Estas tres áreas están implicadas en la autoconciencia, el movimiento y el sentido de la posición en el espacio (propiocepción). Juntas, contribuyen al procesamiento de señales multisensoriales, que es importante para la percepción del propio cuerpo.

A continuación, los científicos llevaron a cabo un experimento de «disonancia» en el que los participantes con los ojos vendados realizaban movimientos con la mano delante del cuerpo. Detrás de ellos, un dispositivo robótico reproducía sus movimientos, tocándolos en la espalda en tiempo real. El resultado fue una especie de discrepancia espacial, pero debido al movimiento sincronizado del robot, el cerebro del participante fue capaz de adaptarse y corregirlo.

A continuación, los neurocientíficos introdujeron un retraso temporal entre el movimiento del participante y el toque del robot. Bajo estas condiciones asincrónicas, distorsionando la percepción temporal y espacial, los investigadores fueron capaces de recrear la ilusión fantasmal.

Una experiencia «insoportable»

Los participantes no eran conscientes del propósito del experimento. Después de unos tres minutos del contacto retardado, los investigadores les preguntaron qué sentían. Instintivamente, varios sujetos informaron de una fuerte «sensación de presencia», incluso contando hasta cuatro «fantasmas» donde no existía ninguno. «Para algunos, la sensación fue incluso tan fuerte que pidieron detener el experimento», dijo Giulio Rognini, quien dirigió el estudio.
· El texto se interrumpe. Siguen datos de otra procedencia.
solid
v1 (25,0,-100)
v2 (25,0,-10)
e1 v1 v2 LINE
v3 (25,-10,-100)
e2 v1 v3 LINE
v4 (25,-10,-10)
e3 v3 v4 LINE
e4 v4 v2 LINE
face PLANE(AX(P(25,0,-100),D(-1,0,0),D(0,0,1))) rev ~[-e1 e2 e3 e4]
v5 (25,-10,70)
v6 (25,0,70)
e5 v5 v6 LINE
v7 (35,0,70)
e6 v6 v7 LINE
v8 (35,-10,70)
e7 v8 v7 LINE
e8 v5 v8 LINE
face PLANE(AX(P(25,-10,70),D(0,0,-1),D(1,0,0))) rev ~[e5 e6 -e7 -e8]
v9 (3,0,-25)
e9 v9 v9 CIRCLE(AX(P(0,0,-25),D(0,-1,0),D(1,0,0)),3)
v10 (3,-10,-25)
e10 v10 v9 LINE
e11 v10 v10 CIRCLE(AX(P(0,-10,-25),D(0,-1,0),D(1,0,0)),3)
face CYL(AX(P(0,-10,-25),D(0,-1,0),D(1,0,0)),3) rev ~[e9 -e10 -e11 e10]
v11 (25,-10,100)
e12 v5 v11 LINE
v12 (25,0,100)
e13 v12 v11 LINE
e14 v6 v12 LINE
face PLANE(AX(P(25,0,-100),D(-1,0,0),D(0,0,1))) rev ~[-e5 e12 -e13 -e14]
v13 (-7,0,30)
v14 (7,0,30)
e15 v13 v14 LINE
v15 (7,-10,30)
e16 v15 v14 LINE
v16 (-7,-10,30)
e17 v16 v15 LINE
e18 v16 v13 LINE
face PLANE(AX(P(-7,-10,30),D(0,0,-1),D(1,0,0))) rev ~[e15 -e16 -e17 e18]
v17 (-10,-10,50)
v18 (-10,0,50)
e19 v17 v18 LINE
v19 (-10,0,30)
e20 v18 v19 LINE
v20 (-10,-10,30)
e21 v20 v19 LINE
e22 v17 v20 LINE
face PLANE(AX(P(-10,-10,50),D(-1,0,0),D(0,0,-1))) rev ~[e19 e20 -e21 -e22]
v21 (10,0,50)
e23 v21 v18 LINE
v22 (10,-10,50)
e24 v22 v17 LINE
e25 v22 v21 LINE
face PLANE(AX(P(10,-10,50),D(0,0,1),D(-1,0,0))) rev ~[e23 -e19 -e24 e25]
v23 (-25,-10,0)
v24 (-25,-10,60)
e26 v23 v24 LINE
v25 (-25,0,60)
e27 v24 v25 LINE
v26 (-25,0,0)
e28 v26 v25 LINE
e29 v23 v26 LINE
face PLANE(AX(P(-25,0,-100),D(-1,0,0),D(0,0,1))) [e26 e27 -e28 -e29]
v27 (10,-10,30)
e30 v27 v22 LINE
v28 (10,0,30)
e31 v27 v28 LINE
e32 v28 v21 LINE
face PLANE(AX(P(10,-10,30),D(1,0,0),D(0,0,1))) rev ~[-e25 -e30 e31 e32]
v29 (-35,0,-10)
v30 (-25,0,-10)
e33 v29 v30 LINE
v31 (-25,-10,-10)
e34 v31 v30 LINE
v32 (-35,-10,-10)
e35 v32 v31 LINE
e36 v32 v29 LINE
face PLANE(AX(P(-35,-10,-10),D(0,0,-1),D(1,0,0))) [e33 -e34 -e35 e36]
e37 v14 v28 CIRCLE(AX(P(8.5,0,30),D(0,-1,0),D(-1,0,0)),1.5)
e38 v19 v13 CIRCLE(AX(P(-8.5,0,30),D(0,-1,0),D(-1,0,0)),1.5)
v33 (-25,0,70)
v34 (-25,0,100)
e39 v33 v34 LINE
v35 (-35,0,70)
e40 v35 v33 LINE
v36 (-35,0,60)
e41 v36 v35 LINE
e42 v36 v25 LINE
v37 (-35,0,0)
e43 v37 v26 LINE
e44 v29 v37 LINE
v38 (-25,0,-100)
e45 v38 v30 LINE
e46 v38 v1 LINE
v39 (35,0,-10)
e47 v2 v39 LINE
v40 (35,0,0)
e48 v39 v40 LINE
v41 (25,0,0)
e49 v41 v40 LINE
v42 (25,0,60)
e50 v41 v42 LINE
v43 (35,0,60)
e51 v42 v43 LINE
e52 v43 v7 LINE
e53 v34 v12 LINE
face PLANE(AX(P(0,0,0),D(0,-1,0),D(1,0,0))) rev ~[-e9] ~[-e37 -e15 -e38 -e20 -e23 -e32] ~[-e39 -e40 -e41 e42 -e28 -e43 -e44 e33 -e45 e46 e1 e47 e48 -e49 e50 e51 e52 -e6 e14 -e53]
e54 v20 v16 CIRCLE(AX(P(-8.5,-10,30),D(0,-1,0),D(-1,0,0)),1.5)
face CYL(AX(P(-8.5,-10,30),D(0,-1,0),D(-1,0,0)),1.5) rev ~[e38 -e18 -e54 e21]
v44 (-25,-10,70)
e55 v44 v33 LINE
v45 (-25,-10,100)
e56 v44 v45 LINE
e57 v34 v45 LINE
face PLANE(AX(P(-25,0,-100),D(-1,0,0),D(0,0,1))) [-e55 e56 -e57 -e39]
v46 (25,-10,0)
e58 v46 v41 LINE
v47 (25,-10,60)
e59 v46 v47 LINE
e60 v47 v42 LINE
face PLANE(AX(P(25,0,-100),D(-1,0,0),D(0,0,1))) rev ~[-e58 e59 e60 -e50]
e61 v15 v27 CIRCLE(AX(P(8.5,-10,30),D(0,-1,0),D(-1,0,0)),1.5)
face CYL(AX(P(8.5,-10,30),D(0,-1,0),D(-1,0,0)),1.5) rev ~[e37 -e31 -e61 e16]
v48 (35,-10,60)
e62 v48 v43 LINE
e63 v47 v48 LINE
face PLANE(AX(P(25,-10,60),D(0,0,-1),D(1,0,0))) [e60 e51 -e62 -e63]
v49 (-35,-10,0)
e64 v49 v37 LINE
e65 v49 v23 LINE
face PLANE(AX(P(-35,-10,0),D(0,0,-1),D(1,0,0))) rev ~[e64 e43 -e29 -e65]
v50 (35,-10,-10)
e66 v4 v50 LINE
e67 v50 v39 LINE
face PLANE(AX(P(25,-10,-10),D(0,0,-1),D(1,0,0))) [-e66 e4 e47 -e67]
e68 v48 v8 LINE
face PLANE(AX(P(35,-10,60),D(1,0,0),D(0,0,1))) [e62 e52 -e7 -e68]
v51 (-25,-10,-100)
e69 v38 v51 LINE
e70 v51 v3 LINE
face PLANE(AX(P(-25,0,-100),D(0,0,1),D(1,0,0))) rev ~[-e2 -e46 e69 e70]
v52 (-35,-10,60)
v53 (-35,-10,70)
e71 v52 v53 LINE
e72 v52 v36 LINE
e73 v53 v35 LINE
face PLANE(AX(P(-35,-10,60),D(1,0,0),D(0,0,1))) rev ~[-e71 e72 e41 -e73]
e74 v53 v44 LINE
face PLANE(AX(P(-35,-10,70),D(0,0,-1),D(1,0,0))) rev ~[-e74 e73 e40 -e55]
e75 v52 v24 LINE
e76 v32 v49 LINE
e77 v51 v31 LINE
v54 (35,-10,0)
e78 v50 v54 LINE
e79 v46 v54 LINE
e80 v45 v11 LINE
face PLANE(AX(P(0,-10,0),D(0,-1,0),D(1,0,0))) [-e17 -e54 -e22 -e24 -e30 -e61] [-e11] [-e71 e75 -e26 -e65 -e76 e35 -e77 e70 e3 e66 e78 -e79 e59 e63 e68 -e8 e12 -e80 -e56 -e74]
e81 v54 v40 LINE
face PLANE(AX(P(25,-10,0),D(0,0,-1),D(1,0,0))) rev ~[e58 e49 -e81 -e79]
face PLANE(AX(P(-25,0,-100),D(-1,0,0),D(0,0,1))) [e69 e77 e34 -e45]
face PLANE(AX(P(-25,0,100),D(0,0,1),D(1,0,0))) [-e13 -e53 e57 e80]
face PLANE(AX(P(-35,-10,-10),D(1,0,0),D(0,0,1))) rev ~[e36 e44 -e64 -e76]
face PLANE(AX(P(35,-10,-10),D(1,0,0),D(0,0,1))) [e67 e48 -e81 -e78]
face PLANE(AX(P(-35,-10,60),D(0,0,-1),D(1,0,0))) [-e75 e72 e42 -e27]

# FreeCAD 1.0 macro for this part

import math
import FreeCAD as App
import Part
import Sketcher
from FreeCAD import Vector
Q = App.Units.Quantity

doc = App.newDocument("Part")
params = doc.addObject("Spreadsheet::Sheet", "Params")
for row, (alias, value) in enumerate([
    ("sketch1_width", "50 mm"),
    ("sketch1_height", "200 mm"),
    ("pad1_length", "10 mm"),
    ("sketch2_diameter", "6 mm"),
    ("pocket1_length", "25 mm"),
    ("sketch3_radius", "1.5 mm"),
    ("sketch3_width", "20 mm"),
    ("pocket2_length", "25 mm"),
    ("sketch4_width", "10 mm"),
    ("pad2_length", "10 mm"),
], start=1):
    params.set(f"A{row}", alias)
    params.set(f"B{row}", "=" + value)
    params.setAlias(f"B{row}", alias)

body = doc.addObject("PartDesign::Body", "Body")

sketch1 = doc.addObject("Sketcher::SketchObject", "Sketch")
body.addObject(sketch1)
sketch1.AttachmentSupport = (doc.XZ_Plane, [""])
sketch1.MapMode = "FlatFace"
sketch1.addGeometry([
    Part.LineSegment(Vector(-25, 100, 0), Vector(-25, -100, 0)),
    Part.LineSegment(Vector(-25, -100, 0), Vector(25, -100, 0)),
    Part.LineSegment(Vector(25, -100, 0), Vector(25, 100, 0)),
    Part.LineSegment(Vector(25, 100, 0), Vector(-25, 100, 0)),
], False)
sketch1.addConstraint([
    Sketcher.Constraint("Coincident", 0, 2, 1, 1),
    Sketcher.Constraint("Coincident", 1, 2, 2, 1),
    Sketcher.Constraint("Coincident", 2, 2, 3, 1),
    Sketcher.Constraint("Coincident", 3, 2, 0, 1),
    Sketcher.Constraint("Vertical", 0),
    Sketcher.Constraint("Horizontal", 1),
    Sketcher.Constraint("Vertical", 2),
    Sketcher.Constraint("Horizontal", 3),
    Sketcher.Constraint("Symmetric", 0, 2, 2, 2, -1, 1),
    Sketcher.Constraint("DistanceX", 1, 1, 1, 2, Q("50 mm")),
    Sketcher.Constraint("DistanceY", 0, 2, 0, 1, Q("200 mm")),
])
sketch1.setExpression("Constraints[9]", "Params.sketch1_width")
sketch1.setExpression("Constraints[10]", "Params.sketch1_height")
pad1 = doc.addObject("PartDesign::Pad", "Pad")
body.addObject(pad1)
pad1.Profile = sketch1
pad1.setExpression("Length", "Params.pad1_length")

sketch2 = doc.addObject("Sketcher::SketchObject", "Sketch001")
body.addObject(sketch2)
sketch2.AttachmentSupport = (doc.XZ_Plane, [""])
sketch2.MapMode = "FlatFace"
sketch2.AttachmentOffset = App.Placement(Vector(0, 0, 10), App.Rotation())
sketch2.addGeometry(Part.Circle(Vector(0, -25, 0), Vector(0, 0, 1), 3), False)
sketch2.addConstraint([
    Sketcher.Constraint("PointOnObject", 0, 3, -2),
    Sketcher.Constraint("Diameter", 0, Q("6 mm")),
    Sketcher.Constraint("DistanceY", 0, 3, -1, 1, Q("25 mm")),
])
sketch2.setExpression("Constraints[1]", "Params.sketch2_diameter")
pocket1 = doc.addObject("PartDesign::Pocket", "Pocket")
body.addObject(pocket1)
pocket1.Profile = sketch2
pocket1.setExpression("Length", "Params.pocket1_length")

sketch3 = doc.addObject("Sketcher::SketchObject", "Sketch002")
body.addObject(sketch3)
sketch3.AttachmentSupport = (doc.XZ_Plane, [""])
sketch3.MapMode = "FlatFace"
sketch3.AttachmentOffset = App.Placement(Vector(0, 0, 10), App.Rotation())
sketch3.addGeometry([
    Part.LineSegment(Vector(10, 50, 0), Vector(-10, 50, 0)),
    Part.LineSegment(Vector(-10, 50, 0), Vector(-10, 30, 0)),
    Part.ArcOfCircle(Part.Circle(Vector(-8.5, 30, 0), Vector(0, 0, 1), 1.5), math.radians(180), math.radians(360)),
    Part.LineSegment(Vector(-7, 30, 0), Vector(7, 30, 0)),
    Part.ArcOfCircle(Part.Circle(Vector(8.5, 30, 0), Vector(0, 0, 1), 1.5), math.radians(180), math.radians(360)),
    Part.LineSegment(Vector(10, 30, 0), Vector(10, 50, 0)),
], False)
sketch3.addConstraint([
    Sketcher.Constraint("Coincident", 0, 2, 1, 1),
    Sketcher.Constraint("Tangent", 1, 2, 2, 1),
    Sketcher.Constraint("Coincident", 2, 2, 3, 1),
    Sketcher.Constraint("Coincident", 3, 2, 4, 1),
    Sketcher.Constraint("Tangent", 4, 2, 5, 1),
    Sketcher.Constraint("Coincident", 5, 2, 0, 1),
    Sketcher.Constraint("Horizontal", 0),
    Sketcher.Constraint("Vertical", 1),
    Sketcher.Constraint("Horizontal", 3),
    Sketcher.Constraint("Vertical", 5),
    Sketcher.Constraint("Equal", 2, 4),
    Sketcher.Constraint("Symmetric", 2, 3, 4, 3, -2),
    Sketcher.Constraint("Horizontal", 1, 2, 2, 2),
    Sketcher.Constraint("Equal", 0, 1),
    Sketcher.Constraint("Radius", 2, Q("1.5 mm")),
    Sketcher.Constraint("DistanceX", 0, 2, 0, 1, Q("20 mm")),
    Sketcher.Constraint("DistanceY", -1, 1, 2, 3, Q("30 mm")),
])
sketch3.setExpression("Constraints[14]", "Params.sketch3_radius")
sketch3.setExpression("Constraints[15]", "Params.sketch3_width")
pocket2 = doc.addObject("PartDesign::Pocket", "Pocket001")
body.addObject(pocket2)
pocket2.Profile = sketch3
pocket2.setExpression("Length", "Params.pocket2_length")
«Nuestro experimento indujo por primera vez la sensación de una presencia extranjera en el laboratorio. Demuestra que puede surgir en condiciones normales, simplemente a través de señales sensomotoras conflictivas», explicó Blanke. «El sistema robótico imita las sensaciones de algunos pacientes con trastornos mentales o de individuos sanos en circunstancias extremas. Esto confirma que es causado por una percepción alterada de sus propios cuerpos en el cerebro».

Una comprensión más profunda de la esquizofrenia

Además de explicar un fenómeno común a muchas culturas, el objetivo de esta investigación es comprender mejor algunos de los síntomas de los pacientes que sufren de esquizofrenia. Esos pacientes suelen sufrir alucinaciones o ilusiones asociadas a la presencia de una entidad alienígena, cuya voz pueden oír o cuyas acciones pueden sentir. Muchos científicos atribuyen estas percepciones a un mal funcionamiento de los circuitos cerebrales que integran la información sensorial en relación con los movimientos de nuestro cuerpo.

«Nuestro cerebro posee varias representaciones de nuestro cuerpo en el espacio», añadió Giulio Rognini. «En condiciones normales, es capaz de ensamblar una autopercepción unificada del yo a partir de estas representaciones. Pero cuando el sistema funciona mal debido a una enfermedad, o en este caso, un robot, esto puede crear a veces una segunda representación del propio cuerpo. Ya no se percibe como ‘yo’ sino como alguien más, una ‘presencia'».

Es poco probable que estos hallazgos hagan que alguien deje de creer en fantasmas. Sin embargo, para los científicos, es aún más evidente que sólo existen en nuestras mentes. Y tú, ¿qué opinas después de conocer este experimento?